From the Los Angeles Times
Guantanamo, stateside
Human rights groups unveil a touring exhibit
to draw attention to conditions at the U.S. detention facility.
By Carol J. Williams
Los Angeles Times Staff Writer
May 9, 2008
MIAMI —
Life-size human silhouettes cut from orange cardboard direct passersby
at busy Bayfront Park to the latest effort by human rights groups to
get the Guantanamo prison for terrorism suspects shut down.
A replica of a maximum-security Camp 5 cell from the detention site at
the U.S. naval base in Guantanamo Bay is at the center of an exhibit
that opened Thursday in Miami and will tour major U.S. cities through
summer.
Rights advocates from Amnesty International USA, the American Civil
Liberties Union and the American Bar Assn. appealed to Washington to
end what they see as an international embarrassment and breach of law.
"The U.S. government has made it impossible for people to get to
Guantanamo to see this, so we wanted to bring a bit of the reality to
the public," said Larry Cox, executive director of Amnesty
International USA. "To stand inside this cell gives them some sense of
the psychological hell of being held in a box for years and not knowing
if you'll ever get out."
Organizers of the tour say that more than six years into the
controversial detention and trial operations, Guantanamo has become a
remote concept for most U.S. citizens.
"I've seen Guantanamo close up and personal . . . and that's
convinced me that there has never been a greater threat to the rule of
law than what we have at Guantanamo now," said Neal R. Sonnett, head of
the American Bar Assn. task force on the treatment of enemy combatants
and its observer at the Guantanamo war court.

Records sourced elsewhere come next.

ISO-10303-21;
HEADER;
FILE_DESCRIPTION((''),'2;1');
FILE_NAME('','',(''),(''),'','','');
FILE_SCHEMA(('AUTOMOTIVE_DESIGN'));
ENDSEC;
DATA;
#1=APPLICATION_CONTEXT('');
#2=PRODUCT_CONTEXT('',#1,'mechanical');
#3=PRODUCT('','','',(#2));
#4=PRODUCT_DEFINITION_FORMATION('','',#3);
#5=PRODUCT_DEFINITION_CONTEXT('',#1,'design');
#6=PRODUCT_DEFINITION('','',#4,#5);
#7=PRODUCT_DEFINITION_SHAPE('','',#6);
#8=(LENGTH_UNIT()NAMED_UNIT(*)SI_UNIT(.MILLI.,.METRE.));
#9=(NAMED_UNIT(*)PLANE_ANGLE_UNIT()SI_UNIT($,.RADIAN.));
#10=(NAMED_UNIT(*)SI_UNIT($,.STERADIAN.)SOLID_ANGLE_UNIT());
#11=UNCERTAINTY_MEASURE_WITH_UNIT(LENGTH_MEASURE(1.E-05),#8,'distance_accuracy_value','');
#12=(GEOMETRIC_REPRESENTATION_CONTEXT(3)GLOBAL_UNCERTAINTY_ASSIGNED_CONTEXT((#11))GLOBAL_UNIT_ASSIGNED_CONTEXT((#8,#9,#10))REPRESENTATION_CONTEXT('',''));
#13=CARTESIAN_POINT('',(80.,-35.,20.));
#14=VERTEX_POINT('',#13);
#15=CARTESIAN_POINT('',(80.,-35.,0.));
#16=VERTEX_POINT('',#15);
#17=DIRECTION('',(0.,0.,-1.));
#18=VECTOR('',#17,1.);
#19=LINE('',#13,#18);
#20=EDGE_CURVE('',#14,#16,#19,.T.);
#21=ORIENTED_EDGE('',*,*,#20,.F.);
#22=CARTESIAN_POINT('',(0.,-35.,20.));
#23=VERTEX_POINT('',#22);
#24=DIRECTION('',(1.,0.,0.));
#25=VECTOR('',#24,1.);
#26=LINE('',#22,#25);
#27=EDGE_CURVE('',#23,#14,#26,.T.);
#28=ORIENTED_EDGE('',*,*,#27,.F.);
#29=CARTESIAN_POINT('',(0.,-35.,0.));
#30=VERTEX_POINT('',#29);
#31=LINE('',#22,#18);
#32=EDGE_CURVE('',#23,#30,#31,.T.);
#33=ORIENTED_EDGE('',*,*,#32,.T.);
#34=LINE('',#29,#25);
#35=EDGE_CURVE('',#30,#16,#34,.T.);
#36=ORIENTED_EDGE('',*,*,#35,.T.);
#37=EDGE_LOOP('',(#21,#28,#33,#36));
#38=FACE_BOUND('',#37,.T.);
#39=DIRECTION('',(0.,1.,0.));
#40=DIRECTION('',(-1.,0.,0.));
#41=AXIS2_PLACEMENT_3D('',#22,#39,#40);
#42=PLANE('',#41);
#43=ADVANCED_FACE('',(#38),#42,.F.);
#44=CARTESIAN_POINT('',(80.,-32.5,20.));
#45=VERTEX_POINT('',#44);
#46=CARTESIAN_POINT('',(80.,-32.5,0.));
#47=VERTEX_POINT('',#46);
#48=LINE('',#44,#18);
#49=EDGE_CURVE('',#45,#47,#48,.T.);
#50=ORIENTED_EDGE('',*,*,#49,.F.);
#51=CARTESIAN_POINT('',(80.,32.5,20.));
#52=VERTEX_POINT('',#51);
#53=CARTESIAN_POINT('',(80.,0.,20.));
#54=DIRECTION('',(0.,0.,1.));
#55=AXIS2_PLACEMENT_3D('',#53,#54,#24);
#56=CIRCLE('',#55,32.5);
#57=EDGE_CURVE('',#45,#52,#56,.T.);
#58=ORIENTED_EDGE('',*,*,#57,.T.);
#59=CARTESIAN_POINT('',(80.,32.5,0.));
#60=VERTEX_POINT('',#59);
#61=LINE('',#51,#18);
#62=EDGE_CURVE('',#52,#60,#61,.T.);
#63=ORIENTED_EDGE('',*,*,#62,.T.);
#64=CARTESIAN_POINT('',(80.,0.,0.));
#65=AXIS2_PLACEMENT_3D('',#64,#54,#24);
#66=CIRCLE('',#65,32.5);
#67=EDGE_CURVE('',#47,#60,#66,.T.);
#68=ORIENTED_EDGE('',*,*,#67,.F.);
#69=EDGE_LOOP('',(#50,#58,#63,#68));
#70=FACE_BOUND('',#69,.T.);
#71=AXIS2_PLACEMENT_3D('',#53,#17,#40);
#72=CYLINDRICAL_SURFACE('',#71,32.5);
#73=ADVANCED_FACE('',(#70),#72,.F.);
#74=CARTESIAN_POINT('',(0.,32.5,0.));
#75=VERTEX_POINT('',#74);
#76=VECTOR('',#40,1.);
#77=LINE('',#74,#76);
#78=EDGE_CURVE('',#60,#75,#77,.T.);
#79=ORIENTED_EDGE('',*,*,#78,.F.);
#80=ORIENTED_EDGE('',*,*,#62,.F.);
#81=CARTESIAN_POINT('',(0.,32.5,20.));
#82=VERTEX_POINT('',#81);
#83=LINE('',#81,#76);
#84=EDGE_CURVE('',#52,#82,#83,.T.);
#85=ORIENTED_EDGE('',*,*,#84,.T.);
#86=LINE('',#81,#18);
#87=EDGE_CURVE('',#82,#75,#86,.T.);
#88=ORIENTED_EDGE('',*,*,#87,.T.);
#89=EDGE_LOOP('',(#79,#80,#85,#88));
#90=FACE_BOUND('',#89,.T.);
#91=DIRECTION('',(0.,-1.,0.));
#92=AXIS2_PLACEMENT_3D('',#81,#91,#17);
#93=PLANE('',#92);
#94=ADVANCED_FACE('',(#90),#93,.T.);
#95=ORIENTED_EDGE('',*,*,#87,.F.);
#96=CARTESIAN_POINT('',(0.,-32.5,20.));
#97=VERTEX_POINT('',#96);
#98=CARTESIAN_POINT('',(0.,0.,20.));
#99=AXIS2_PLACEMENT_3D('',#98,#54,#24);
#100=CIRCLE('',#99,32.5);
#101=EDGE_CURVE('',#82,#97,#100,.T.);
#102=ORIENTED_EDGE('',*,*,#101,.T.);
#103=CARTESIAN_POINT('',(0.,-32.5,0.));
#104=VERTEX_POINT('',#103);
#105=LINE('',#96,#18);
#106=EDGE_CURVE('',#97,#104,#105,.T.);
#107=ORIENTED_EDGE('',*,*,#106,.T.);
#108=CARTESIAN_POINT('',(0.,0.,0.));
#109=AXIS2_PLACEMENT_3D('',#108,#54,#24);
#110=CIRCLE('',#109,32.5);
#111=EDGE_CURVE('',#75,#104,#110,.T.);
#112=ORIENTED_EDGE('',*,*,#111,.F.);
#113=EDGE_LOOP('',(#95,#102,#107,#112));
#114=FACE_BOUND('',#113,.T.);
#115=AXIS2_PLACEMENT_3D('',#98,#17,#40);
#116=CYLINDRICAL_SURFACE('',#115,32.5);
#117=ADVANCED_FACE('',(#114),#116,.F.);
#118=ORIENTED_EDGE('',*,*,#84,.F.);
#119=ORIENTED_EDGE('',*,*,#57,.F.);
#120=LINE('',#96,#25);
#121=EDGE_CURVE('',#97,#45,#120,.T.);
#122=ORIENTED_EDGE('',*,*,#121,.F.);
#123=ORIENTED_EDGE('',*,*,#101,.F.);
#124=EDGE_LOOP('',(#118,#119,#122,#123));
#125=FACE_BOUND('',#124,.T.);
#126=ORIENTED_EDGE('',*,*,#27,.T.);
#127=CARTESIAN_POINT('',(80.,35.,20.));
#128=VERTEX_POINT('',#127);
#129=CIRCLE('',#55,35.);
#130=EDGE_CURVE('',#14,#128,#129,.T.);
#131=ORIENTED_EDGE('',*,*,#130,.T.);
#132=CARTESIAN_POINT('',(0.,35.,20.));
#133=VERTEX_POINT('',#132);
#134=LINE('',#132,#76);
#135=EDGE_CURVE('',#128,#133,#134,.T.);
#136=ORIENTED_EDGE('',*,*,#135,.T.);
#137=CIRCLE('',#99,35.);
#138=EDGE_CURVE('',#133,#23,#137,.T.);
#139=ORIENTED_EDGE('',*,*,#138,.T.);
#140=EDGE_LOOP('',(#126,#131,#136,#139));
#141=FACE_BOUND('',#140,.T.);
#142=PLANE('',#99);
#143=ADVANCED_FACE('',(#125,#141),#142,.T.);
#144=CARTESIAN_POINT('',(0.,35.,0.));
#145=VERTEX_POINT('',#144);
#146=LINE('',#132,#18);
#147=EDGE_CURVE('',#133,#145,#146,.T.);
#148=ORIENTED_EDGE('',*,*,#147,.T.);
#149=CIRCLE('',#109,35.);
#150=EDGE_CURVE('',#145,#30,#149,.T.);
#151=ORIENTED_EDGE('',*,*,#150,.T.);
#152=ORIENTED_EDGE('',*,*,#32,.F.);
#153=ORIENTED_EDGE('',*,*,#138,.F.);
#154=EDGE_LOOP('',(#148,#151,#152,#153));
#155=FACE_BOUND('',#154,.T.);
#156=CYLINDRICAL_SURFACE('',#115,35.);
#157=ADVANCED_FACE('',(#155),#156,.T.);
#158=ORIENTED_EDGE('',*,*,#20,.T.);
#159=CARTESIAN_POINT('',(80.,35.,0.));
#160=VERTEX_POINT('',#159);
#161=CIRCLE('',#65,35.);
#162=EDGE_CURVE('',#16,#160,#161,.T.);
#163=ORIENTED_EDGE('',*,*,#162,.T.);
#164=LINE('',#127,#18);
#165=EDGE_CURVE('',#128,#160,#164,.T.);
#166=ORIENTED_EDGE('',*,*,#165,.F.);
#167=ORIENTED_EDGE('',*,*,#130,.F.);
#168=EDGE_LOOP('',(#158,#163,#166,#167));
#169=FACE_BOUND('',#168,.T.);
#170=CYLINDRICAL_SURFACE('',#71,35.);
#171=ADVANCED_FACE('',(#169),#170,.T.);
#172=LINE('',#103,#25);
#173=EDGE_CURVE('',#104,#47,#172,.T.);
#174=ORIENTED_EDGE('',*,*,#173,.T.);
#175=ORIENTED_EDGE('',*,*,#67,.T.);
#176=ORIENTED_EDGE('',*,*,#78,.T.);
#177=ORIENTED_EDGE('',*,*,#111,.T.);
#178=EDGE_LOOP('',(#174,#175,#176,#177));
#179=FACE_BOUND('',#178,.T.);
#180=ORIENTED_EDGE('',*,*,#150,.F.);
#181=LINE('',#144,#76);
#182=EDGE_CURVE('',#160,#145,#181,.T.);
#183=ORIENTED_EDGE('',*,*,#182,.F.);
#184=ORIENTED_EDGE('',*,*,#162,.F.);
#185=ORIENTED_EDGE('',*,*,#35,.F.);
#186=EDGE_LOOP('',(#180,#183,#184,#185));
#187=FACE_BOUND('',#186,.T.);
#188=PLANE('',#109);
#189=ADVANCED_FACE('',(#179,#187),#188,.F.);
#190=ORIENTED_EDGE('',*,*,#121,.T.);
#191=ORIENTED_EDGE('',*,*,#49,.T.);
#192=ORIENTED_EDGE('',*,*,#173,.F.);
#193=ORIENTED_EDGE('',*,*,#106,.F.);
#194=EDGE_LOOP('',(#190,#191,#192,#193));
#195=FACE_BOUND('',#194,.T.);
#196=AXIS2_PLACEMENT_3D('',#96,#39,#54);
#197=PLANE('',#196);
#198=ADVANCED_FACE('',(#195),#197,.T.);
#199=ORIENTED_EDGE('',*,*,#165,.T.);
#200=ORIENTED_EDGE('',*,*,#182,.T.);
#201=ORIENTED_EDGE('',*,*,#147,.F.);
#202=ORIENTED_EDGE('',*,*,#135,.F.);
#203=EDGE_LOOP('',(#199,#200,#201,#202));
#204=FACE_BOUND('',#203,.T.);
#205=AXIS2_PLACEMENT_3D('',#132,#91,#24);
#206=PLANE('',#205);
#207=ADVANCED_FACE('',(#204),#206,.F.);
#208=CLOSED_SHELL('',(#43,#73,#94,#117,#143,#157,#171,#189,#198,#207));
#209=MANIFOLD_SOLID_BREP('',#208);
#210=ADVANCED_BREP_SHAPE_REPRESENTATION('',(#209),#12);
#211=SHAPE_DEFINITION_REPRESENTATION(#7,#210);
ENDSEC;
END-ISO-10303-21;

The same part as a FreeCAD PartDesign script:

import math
import FreeCAD as App
import Part
import Sketcher

V = App.Vector
Q = App.Units.Quantity

doc = App.newDocument("Part")
body = doc.addObject("PartDesign::Body", "Body")

# Sketch on XY plane
sketch1 = body.newObject("Sketcher::SketchObject", "Sketch")
sketch1.AttachmentSupport = (doc.getObject("XY_Plane"), [""])
sketch1.MapMode = "FlatFace"
sketch1.addGeometry([
    Part.LineSegment(V(80, 35, 0), V(0, 35, 0)),  # 0
    Part.ArcOfCircle(Part.Circle(V(0, 0, 0), V(0, 0, 1), 35), math.radians(90), math.radians(270)),  # 1
    Part.LineSegment(V(0, -35, 0), V(80, -35, 0)),  # 2
    Part.ArcOfCircle(Part.Circle(V(80, 0, 0), V(0, 0, 1), 35), math.radians(-90), math.radians(90)),  # 3
    Part.LineSegment(V(0, 32, 0), V(80, 32, 0)),  # 4
    Part.ArcOfCircle(Part.Circle(V(80, 0, 0), V(0, 0, 1), 32), math.radians(-90), math.radians(90)),  # 5
    Part.LineSegment(V(80, -32, 0), V(0, -32, 0)),  # 6
    Part.ArcOfCircle(Part.Circle(V(0, 0, 0), V(0, 0, 1), 32), math.radians(90), math.radians(270)),  # 7
], False)
sketch1.addConstraint([
    Sketcher.Constraint("Tangent", 0, 2, 1, 1),
    Sketcher.Constraint("Tangent", 1, 2, 2, 1),
    Sketcher.Constraint("Tangent", 2, 2, 3, 1),
    Sketcher.Constraint("Tangent", 3, 2, 0, 1),
    Sketcher.Constraint("Tangent", 4, 2, 5, 2),
    Sketcher.Constraint("Tangent", 5, 1, 6, 1),
    Sketcher.Constraint("Tangent", 6, 2, 7, 2),
    Sketcher.Constraint("Tangent", 7, 1, 4, 1),
    Sketcher.Constraint("Horizontal", 0),
    Sketcher.Constraint("Horizontal", 2),
    Sketcher.Constraint("Horizontal", 4),
    Sketcher.Constraint("Horizontal", 6),
    Sketcher.Constraint("Coincident", 1, 3, -1, 1),
    Sketcher.Constraint("Coincident", 7, 3, -1, 1),
    Sketcher.Constraint("Vertical", 5, 3, 2, 2),
    Sketcher.Constraint("Radius", 1, Q("35 mm")),
    Sketcher.Constraint("Radius", 5, Q("32.5 mm")),
    Sketcher.Constraint("DistanceX", 0, 2, 0, 1, Q("80 mm")),
])
pad1 = body.newObject("PartDesign::Pad", "Pad")
pad1.Profile = sketch1
pad1.Length = 20

doc.recompute()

The 7-by-10-foot cell painted orange and emblazoned with the words
"Counter Terror With Justice" was built by Amnesty International of
Australia for a campaign there two years ago to get Australian detainee
David Hicks released from Guantanamo, said Amnesty's Jumana Musa, also
a tribunal observer.
The specifications for the cell -- white-walled and containing
only a benchlike bunk, steel sink and toilet -- were once posted on the
Defense Department's website but have since been removed, she noted.
Hicks, one of the first terrorism suspects captured in Afghanistan
and brought to Guantanamo, was released to the Australian government in
spring 2007 after a plea bargain reduced the charges against him. He
served a nine-month sentence in Adelaide, Australia, and was freed in
December.
The touring exhibit is intended to draw attention to Guantanamo as the
Pentagon prepares for the first U.S. war-crimes trial in 60 years at
the end of this month. Salim Ahmed Hamdan, a Yemeni who worked as Osama
bin Laden's $200-a-month driver in Afghanistan, faces charges of
conspiracy and material support to terrorism. If convicted, he could be
sentenced to life in prison. Pentagon officials have said they plan to
prosecute about 80 of the 270 men still at Guantanamo.
The first cells, chain-link pens topped with razor wire, were erected
and filled in January 2002. Subsequent camps built at the base in
southern Cuba have been concrete-and-steel facilities modeled on
prisons in Michigan and Indiana.
As the cell exhibit was unveiled Thursday, people strolling the
waterfront recreation area flanking the high-rises of downtown Miami
wandered over for a peek. David Galarca, an 18-year-old from North
Miami, said he didn't know much about Guantanamo. The cell exhibit
stirred his interest, he said. Then he wandered back to the waterfront
with his friends.
"We are from Italy, and we -- many Europeans -- don't understand why
the United States is doing this," said Cesare Longo, a Roman in Miami
for his honeymoon. "The problem we have with Guantanamo is that the
justice there isn't the same as in the United States. They should make
the same guarantees for the people they accuse of terrorist acts as
they do for people in the United States."
Some passersby shouted derisive comments and expletives at the exhibit
and at the dozen or so demonstrators who showed up in orange jumpsuits
similar to those worn by Guantanamo detainees in the first years the
prison was in operation.
"What kind of due process did they get in 9/11, buddy?" a middle-aged
man shouted at Sonnett as he cut across the grassy field behind the
pavilion where the lawyer was speaking.
The human rights groups have planned a seven-hour concert at the Miami
cell site Saturday, before the exhibit moves on to Philadelphia.